Meta‐analysis will be conducted using RevMan 5 software for studies with similar comparisons and reporting the same outcome measures. We will combine ORs for dichotomous data (caries arrest) and mean differences (caries prevention) for continuous data using random‐effects models.

Outcomes from studies with different scales will be converted to standardized mean differences for continuous outcomes and overall effects will be re‐scaled to a common outcome type.

We will perform meta‐analysis if appropriate in order to obtain a pooled relative risk (OR) for dichotomous outcomes, mean differences and standardized mean differences (SMD) for continuous outcomes to assess the effect of topical silver diamine fluoride in control of dental caries.

Subgroup analysis and investigation of heterogeneity

As described above, subgroup analysis will be considered for any outcome with an estimated I2 of 40% to 60%, considered as possible moderate heterogeneity according to the Cochrane Handbook for Systematic Reviews of Interventions, Section 9.5.2 (Higgins 2011).

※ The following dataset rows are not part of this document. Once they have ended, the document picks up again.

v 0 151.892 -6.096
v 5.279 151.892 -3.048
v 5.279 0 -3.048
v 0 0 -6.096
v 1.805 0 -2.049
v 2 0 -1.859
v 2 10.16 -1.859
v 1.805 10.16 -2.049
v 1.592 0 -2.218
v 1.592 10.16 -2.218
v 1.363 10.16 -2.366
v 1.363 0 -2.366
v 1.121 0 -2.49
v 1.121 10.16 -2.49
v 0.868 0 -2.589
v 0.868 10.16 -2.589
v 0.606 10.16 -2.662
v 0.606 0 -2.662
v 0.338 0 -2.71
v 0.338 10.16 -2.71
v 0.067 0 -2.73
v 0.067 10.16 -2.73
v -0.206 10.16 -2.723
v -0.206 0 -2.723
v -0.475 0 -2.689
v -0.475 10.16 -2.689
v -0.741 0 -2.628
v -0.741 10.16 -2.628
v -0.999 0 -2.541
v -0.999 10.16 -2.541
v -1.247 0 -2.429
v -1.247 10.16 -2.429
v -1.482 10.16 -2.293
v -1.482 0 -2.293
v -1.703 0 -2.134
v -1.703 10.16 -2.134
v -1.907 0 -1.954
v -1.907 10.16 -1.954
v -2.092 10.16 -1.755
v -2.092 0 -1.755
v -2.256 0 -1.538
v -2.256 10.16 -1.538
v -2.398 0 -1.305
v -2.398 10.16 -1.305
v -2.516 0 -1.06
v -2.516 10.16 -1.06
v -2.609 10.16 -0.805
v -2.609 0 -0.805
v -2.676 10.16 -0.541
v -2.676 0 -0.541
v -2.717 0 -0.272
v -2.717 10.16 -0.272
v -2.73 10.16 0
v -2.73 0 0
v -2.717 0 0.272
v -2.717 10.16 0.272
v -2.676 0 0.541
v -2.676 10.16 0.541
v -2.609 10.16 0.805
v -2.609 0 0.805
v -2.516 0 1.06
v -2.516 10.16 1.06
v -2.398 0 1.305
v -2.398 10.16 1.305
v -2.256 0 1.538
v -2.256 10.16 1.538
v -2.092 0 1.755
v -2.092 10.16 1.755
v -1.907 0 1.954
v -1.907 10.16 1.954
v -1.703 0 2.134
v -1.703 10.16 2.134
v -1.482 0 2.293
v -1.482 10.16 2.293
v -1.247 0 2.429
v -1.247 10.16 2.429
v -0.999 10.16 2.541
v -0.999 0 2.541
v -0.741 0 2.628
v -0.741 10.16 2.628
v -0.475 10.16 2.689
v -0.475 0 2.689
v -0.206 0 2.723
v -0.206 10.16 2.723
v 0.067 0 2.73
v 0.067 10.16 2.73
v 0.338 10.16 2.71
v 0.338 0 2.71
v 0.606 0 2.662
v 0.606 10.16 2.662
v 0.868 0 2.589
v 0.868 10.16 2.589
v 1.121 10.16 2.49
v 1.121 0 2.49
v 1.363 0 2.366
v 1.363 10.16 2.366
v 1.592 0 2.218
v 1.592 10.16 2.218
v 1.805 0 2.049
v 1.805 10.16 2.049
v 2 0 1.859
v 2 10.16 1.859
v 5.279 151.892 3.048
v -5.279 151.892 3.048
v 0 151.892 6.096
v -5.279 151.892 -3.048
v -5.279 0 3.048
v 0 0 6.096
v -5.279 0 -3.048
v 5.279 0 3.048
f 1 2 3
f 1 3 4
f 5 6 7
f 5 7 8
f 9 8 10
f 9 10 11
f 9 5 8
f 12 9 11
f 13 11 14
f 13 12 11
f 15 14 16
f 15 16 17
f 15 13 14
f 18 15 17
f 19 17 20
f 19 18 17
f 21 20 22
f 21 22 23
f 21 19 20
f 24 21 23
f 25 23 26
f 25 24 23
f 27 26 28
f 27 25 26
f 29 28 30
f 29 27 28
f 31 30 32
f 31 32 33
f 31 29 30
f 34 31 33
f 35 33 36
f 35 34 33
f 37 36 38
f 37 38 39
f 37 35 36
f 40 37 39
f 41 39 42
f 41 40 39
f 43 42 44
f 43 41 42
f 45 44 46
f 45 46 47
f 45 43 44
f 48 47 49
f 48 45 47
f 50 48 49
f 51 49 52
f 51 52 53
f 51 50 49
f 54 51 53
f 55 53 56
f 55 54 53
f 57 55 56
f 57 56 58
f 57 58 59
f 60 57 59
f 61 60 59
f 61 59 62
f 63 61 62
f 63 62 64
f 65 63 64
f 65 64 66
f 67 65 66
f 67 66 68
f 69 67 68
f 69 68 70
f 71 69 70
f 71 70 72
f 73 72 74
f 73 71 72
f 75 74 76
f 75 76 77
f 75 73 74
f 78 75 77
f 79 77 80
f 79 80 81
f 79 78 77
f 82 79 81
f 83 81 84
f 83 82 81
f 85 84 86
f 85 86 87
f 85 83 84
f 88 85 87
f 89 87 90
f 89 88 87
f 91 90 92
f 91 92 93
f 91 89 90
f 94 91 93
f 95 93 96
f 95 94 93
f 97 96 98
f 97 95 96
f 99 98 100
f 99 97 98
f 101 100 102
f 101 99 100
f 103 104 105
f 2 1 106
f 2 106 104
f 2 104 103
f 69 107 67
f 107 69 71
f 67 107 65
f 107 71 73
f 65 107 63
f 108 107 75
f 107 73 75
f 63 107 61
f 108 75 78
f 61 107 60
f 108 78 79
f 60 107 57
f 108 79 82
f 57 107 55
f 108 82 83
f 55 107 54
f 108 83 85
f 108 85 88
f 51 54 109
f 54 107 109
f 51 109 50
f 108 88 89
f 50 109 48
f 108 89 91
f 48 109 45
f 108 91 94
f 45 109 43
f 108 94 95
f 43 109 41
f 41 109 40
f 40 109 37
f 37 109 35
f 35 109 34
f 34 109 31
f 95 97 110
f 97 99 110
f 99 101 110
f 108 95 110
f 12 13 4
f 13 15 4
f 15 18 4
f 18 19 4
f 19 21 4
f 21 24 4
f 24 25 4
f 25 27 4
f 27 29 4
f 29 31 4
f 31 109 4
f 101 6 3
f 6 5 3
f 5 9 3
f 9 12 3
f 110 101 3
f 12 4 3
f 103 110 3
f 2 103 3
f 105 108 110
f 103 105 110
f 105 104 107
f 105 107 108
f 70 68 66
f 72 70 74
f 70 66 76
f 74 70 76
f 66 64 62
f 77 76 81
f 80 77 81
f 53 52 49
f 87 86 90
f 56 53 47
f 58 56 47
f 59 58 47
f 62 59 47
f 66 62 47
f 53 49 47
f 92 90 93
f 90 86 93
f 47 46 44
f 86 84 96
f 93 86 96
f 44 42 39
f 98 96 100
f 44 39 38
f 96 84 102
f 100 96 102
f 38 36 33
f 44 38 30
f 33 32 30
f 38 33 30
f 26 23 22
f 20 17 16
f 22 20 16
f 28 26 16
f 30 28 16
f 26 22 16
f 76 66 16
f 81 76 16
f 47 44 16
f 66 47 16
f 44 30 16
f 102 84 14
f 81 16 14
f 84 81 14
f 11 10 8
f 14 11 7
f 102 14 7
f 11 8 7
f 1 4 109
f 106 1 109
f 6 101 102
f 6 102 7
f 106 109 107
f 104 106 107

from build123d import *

# Parameters (mm, degrees)
BOSS_EXTRUDE1_DEPTH = 151.892
CUT_EXTRUDE1_DEPTH  = 10.16


with BuildPart() as part:
    # Sketch1 → Boss-Extrude1 (new body)
    # profile 1 of 2: a face of its own
    with BuildSketch(Plane(origin=(0, 0, 0), x_dir=(1, 0, 0), z_dir=(0, 1, 0))):
        Polygon((0, 6.096), (-5.279290861, 3.048), (-5.279290861, -3.048), (0, -6.096), (5.279290861, -3.048), (5.279290861, 3.048), align=None)
        with BuildLine():
            ThreePointArc((2, 1.858932557), (-2.7305, 0), (2, -1.858932557))
            Line((2, -1.858932557), (2, 1.858932557))
        make_face(mode=Mode.SUBTRACT)
    # profile 2 of 2: a face of its own
    with BuildSketch(Plane(origin=(0, 0, 0), x_dir=(1, 0, 0), z_dir=(0, 1, 0))):
        with BuildLine():
            Line((2, -1.858932557), (2, 1.858932557))
            ThreePointArc((2, 1.858932557), (-2.7305, 0), (2, -1.858932557))
        make_face()
    extrude(amount=BOSS_EXTRUDE1_DEPTH)

    # Sketch1<3> → Cut-Extrude1 (cut)
    with BuildSketch(Plane(origin=(0, 0, 0), x_dir=(1, 0, 0), z_dir=(0, 1, 0))):
        with BuildLine():
            Line((2, -1.858932557), (2, 1.858932557))
            ThreePointArc((2, 1.858932557), (-2.7305, 0), (2, -1.858932557))
        make_face()
    extrude(amount=CUT_EXTRUDE1_DEPTH, mode=Mode.SUBTRACT)


solid = part.part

However, prior to any subgroup analyses we will consider both magnitude and direction of effects and strength of the evidence for heterogeneity, via confidence intervals for the I2 statistic.

Subgroup analysis will be performed for study design and by predominant age group in the study.

Sensitivity analysis

Provided there are sufficient included trials we will conduct sensitivity analysis to evaluate the impact of the following factors:

  • studies of high and unclear risk of bias;

  • for split‐mouth designs, sensitivity analyses will be conducted to assess the impact of variation in imputed correlations for the calculation of standard deviations of differences and odds ratios.

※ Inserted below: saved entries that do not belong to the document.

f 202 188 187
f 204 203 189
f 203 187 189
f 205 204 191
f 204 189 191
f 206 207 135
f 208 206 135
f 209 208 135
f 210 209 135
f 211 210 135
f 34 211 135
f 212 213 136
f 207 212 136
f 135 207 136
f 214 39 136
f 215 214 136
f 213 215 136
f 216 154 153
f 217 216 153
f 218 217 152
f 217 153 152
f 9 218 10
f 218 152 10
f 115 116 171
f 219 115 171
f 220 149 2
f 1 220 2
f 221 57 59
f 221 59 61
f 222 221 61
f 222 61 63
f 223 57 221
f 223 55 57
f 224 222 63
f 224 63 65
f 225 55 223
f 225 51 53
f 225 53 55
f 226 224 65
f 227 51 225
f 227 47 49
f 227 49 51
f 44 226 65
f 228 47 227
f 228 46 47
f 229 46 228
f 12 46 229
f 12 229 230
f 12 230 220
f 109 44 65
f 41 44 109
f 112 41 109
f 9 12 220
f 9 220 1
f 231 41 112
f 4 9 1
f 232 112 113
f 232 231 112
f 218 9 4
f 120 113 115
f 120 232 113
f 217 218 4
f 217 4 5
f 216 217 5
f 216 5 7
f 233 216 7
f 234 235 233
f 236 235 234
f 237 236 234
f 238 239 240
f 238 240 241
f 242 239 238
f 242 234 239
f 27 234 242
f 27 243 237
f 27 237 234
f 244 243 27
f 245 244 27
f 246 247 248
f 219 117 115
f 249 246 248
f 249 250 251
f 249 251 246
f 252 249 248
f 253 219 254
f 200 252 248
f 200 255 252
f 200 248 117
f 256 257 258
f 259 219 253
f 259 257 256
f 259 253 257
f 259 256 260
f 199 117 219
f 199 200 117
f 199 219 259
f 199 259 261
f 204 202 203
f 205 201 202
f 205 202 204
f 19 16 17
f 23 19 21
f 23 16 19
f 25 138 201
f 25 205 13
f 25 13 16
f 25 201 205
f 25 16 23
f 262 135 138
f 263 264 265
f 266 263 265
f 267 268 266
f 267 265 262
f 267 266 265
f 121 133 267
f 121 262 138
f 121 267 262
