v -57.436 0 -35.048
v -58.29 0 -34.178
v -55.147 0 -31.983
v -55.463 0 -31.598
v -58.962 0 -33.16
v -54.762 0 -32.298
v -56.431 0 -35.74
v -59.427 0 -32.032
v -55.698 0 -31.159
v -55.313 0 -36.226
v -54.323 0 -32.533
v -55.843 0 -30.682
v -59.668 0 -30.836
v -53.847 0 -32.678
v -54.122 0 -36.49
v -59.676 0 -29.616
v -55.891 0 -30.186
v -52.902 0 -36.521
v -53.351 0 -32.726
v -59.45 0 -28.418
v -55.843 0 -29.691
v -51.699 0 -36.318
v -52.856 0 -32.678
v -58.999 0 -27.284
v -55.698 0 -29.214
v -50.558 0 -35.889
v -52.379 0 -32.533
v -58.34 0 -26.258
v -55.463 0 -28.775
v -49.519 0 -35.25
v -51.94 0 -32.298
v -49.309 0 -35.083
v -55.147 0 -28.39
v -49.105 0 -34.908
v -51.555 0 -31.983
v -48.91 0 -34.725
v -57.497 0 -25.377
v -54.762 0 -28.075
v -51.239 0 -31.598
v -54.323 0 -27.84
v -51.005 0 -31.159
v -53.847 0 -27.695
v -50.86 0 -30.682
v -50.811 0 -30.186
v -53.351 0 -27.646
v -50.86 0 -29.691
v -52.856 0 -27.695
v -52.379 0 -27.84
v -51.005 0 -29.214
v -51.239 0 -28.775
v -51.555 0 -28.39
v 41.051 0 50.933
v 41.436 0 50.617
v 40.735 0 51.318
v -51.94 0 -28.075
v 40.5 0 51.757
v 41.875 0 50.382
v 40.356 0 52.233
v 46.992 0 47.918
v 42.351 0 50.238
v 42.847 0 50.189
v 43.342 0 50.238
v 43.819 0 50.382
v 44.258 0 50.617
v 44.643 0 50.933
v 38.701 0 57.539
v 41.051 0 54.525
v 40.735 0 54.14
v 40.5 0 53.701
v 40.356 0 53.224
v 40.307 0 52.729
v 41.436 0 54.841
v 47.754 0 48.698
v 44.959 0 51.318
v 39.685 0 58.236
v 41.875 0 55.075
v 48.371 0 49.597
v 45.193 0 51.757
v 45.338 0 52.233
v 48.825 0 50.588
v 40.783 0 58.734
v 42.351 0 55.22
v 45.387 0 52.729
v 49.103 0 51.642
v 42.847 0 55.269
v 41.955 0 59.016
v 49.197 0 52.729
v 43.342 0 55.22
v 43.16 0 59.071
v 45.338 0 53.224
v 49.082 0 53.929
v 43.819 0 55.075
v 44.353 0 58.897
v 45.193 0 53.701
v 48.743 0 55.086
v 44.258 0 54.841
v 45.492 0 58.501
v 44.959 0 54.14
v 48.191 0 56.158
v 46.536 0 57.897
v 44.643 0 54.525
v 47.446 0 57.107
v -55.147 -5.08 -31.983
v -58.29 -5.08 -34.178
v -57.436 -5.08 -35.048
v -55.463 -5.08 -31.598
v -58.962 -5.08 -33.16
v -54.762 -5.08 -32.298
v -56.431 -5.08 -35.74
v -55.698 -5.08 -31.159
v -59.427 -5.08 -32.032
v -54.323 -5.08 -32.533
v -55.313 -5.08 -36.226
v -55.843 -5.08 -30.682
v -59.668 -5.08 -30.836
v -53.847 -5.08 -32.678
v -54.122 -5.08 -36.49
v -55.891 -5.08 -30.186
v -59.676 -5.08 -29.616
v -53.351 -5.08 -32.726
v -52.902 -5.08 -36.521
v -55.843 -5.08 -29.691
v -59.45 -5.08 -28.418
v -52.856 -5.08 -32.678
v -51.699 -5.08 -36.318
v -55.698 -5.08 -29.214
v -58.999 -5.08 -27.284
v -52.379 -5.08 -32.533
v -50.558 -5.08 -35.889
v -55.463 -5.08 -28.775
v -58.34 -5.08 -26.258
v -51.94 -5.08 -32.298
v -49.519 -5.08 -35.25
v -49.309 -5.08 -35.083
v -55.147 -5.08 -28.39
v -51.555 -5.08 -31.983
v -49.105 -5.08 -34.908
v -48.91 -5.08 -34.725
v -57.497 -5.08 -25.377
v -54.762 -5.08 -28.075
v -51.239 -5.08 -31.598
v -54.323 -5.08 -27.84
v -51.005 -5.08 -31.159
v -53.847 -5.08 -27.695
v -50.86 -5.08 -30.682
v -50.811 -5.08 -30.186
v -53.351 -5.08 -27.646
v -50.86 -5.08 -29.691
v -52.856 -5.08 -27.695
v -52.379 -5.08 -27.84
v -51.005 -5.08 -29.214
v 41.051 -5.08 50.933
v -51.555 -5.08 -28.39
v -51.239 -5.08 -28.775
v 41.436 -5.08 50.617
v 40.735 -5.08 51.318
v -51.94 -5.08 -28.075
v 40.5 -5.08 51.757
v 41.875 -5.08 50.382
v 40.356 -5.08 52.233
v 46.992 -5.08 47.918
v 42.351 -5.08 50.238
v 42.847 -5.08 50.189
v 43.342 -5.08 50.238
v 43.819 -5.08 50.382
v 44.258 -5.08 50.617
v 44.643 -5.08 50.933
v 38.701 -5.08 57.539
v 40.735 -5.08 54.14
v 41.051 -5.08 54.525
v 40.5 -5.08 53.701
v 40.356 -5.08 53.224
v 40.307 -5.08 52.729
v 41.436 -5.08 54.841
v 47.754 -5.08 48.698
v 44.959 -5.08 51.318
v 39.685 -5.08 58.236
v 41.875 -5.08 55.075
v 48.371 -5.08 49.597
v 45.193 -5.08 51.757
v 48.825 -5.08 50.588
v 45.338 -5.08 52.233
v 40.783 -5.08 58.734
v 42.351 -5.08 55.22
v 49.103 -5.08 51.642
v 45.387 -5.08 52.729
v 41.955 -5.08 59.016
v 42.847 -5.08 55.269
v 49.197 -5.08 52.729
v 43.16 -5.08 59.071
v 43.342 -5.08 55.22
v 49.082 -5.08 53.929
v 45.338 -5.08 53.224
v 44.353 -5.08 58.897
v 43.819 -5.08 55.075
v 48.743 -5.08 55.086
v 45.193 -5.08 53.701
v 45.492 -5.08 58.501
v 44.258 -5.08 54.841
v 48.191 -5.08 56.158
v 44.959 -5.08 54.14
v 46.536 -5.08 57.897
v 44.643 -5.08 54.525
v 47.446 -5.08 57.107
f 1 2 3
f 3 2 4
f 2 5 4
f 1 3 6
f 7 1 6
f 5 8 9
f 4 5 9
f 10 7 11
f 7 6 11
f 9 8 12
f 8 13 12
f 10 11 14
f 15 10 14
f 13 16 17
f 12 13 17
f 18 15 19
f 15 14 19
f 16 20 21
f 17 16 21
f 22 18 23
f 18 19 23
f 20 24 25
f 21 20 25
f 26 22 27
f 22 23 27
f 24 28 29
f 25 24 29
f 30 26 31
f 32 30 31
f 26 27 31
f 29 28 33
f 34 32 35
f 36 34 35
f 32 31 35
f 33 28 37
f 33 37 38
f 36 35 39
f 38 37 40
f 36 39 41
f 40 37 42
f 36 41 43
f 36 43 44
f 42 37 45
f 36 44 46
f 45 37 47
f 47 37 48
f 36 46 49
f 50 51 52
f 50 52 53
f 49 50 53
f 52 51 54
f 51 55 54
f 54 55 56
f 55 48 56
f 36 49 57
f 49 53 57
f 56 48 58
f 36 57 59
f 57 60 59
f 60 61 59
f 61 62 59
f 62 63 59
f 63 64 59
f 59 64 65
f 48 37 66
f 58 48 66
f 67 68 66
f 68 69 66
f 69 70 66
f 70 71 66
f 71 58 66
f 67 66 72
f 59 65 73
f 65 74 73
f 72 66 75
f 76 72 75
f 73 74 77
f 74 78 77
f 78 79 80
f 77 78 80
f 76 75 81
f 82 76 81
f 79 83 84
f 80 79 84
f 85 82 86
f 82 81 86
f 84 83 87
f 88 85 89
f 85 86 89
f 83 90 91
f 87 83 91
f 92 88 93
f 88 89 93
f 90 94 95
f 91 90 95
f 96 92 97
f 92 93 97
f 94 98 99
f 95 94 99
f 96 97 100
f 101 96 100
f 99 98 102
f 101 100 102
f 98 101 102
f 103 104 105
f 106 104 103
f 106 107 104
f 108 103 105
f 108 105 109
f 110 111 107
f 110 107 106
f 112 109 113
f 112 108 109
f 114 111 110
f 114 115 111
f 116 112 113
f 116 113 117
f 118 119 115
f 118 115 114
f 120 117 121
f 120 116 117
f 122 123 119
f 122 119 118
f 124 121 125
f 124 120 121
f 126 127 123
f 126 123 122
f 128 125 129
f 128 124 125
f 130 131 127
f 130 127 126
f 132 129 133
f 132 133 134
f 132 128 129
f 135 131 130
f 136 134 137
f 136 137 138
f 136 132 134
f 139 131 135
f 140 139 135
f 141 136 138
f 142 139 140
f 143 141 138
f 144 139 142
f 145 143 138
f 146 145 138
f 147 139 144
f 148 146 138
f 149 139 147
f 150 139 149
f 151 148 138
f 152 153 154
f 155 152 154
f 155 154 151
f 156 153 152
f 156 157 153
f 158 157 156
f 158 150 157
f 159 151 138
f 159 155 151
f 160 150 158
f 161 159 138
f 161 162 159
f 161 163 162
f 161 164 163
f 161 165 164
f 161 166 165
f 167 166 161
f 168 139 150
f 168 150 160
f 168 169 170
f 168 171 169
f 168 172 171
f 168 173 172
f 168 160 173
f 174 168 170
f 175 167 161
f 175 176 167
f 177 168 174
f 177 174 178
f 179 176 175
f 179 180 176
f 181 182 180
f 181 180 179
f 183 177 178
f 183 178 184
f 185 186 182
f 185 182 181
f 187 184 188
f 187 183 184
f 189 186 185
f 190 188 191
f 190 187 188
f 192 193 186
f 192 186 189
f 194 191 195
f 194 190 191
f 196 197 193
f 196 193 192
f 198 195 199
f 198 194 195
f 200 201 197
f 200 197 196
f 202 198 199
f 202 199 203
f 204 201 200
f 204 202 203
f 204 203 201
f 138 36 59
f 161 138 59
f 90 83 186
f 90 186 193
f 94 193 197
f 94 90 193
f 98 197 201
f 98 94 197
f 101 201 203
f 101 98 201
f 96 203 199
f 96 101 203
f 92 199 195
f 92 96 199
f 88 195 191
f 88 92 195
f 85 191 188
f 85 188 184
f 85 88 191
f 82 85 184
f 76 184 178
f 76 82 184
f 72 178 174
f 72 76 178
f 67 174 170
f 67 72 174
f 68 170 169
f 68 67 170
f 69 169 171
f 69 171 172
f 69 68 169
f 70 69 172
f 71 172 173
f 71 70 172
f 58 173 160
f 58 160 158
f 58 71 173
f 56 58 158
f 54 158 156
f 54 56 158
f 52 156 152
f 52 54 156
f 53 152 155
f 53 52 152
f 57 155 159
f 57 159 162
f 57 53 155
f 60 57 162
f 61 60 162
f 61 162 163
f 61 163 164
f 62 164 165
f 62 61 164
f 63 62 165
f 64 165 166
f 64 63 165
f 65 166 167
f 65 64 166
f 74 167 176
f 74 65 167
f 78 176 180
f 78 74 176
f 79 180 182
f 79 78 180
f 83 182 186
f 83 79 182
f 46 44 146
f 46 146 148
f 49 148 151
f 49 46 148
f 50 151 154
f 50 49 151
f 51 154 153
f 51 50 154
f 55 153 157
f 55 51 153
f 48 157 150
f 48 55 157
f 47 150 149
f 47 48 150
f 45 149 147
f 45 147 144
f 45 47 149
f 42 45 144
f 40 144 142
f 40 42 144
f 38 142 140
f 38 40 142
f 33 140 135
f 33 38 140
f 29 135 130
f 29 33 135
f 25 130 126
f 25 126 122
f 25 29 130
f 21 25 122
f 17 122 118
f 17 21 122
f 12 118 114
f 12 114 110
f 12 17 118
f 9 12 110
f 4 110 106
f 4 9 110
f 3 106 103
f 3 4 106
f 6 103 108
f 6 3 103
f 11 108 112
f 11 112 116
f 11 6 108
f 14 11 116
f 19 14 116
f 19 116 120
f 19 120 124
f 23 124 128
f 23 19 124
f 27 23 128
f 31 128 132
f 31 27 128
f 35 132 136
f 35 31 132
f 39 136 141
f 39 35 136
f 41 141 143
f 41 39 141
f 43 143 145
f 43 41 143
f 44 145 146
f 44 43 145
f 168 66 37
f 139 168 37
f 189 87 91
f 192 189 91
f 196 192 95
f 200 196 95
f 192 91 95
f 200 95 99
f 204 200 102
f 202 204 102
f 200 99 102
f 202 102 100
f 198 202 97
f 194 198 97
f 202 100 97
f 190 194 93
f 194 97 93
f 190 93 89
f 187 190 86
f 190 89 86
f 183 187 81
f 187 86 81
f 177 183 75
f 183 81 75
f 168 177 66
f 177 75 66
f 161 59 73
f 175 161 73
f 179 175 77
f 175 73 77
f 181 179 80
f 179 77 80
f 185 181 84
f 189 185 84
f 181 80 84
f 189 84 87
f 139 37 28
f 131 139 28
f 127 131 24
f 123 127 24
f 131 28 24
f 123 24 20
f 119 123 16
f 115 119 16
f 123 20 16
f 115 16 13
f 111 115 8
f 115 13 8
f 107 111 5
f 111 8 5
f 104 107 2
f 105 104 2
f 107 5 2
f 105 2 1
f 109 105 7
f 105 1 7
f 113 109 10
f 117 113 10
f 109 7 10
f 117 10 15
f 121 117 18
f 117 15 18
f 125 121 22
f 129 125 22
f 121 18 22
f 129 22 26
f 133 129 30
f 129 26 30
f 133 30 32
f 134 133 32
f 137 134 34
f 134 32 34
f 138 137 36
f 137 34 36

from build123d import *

# Parameters (mm, degrees)
F0_R     = 2.54
F1_DEPTH = 5.08


with BuildPart() as f1:
    # F0 (on Front) → F1 (new body)
    with BuildSketch(Plane.XZ):
        with BuildLine():
            ThreePointArc((-48.909848, -34.724761), (-47.497862, -32.648118), (-47.001315, -30.186494))
            ThreePointArc((-47.001315, -30.186494), (-50.705854, -24.413797), (-57.497075, -25.37659))
            ThreePointArc((-57.497075, -25.37659), (-58.29029, -34.177612), (-49.518854, -35.249571))
            Line((-49.518854, -35.249571), (-48.909848, -34.724761))
        make_face()
        with Locations((-53.351315, -30.186494)):
            Circle(F0_R, mode=Mode.SUBTRACT)
        with BuildLine():
            ThreePointArc((-57.497075, -25.37659), (-50.705854, -24.413797), (-47.001315, -30.186494))
            ThreePointArc((-47.001315, -30.186494), (-47.497862, -32.648118), (-48.909848, -34.724761))
            Line((-48.909848, -34.724761), (46.992039, 47.918384))
            ThreePointArc((46.992039, 47.918384), (38.03665, 48.583185), (38.701002, 57.538608))
            Line((38.701002, 57.538608), (-57.497075, -25.37659))
        make_face()
        with BuildLine():
            ThreePointArc((-49.518854, -35.249571), (-49.206037, -34.996814), (-48.909848, -34.724761))
            Line((-48.909848, -34.724761), (-49.518854, -35.249571))
        make_face()
        with BuildLine():
            ThreePointArc((49.196762, 52.728704), (45.492222, 58.501402), (38.701002, 57.538608))
            ThreePointArc((38.701002, 57.538608), (38.03665, 48.583185), (46.992039, 47.918384))
            ThreePointArc((46.992039, 47.918384), (48.619327, 50.082954), (49.196762, 52.728704))
        make_face()
        with Locations((42.846762, 52.728704)):
            Circle(F0_R, mode=Mode.SUBTRACT)
    extrude(amount=F1_DEPTH)


solid = f1.part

Presentation of main results

The primary and secondary outcomes will be included in 'Summary of findings' tables using GRADEpro software (GRADEpro GDT 2014). We will assess the quality of the body of evidence with reference to the overall risk of bias of the included studies, inconsistency and directness of the evidence, the precision of the estimates, and the publications bias.

We will categorize the quality of the body of evidence for each outcome as high, moderate, low and very low.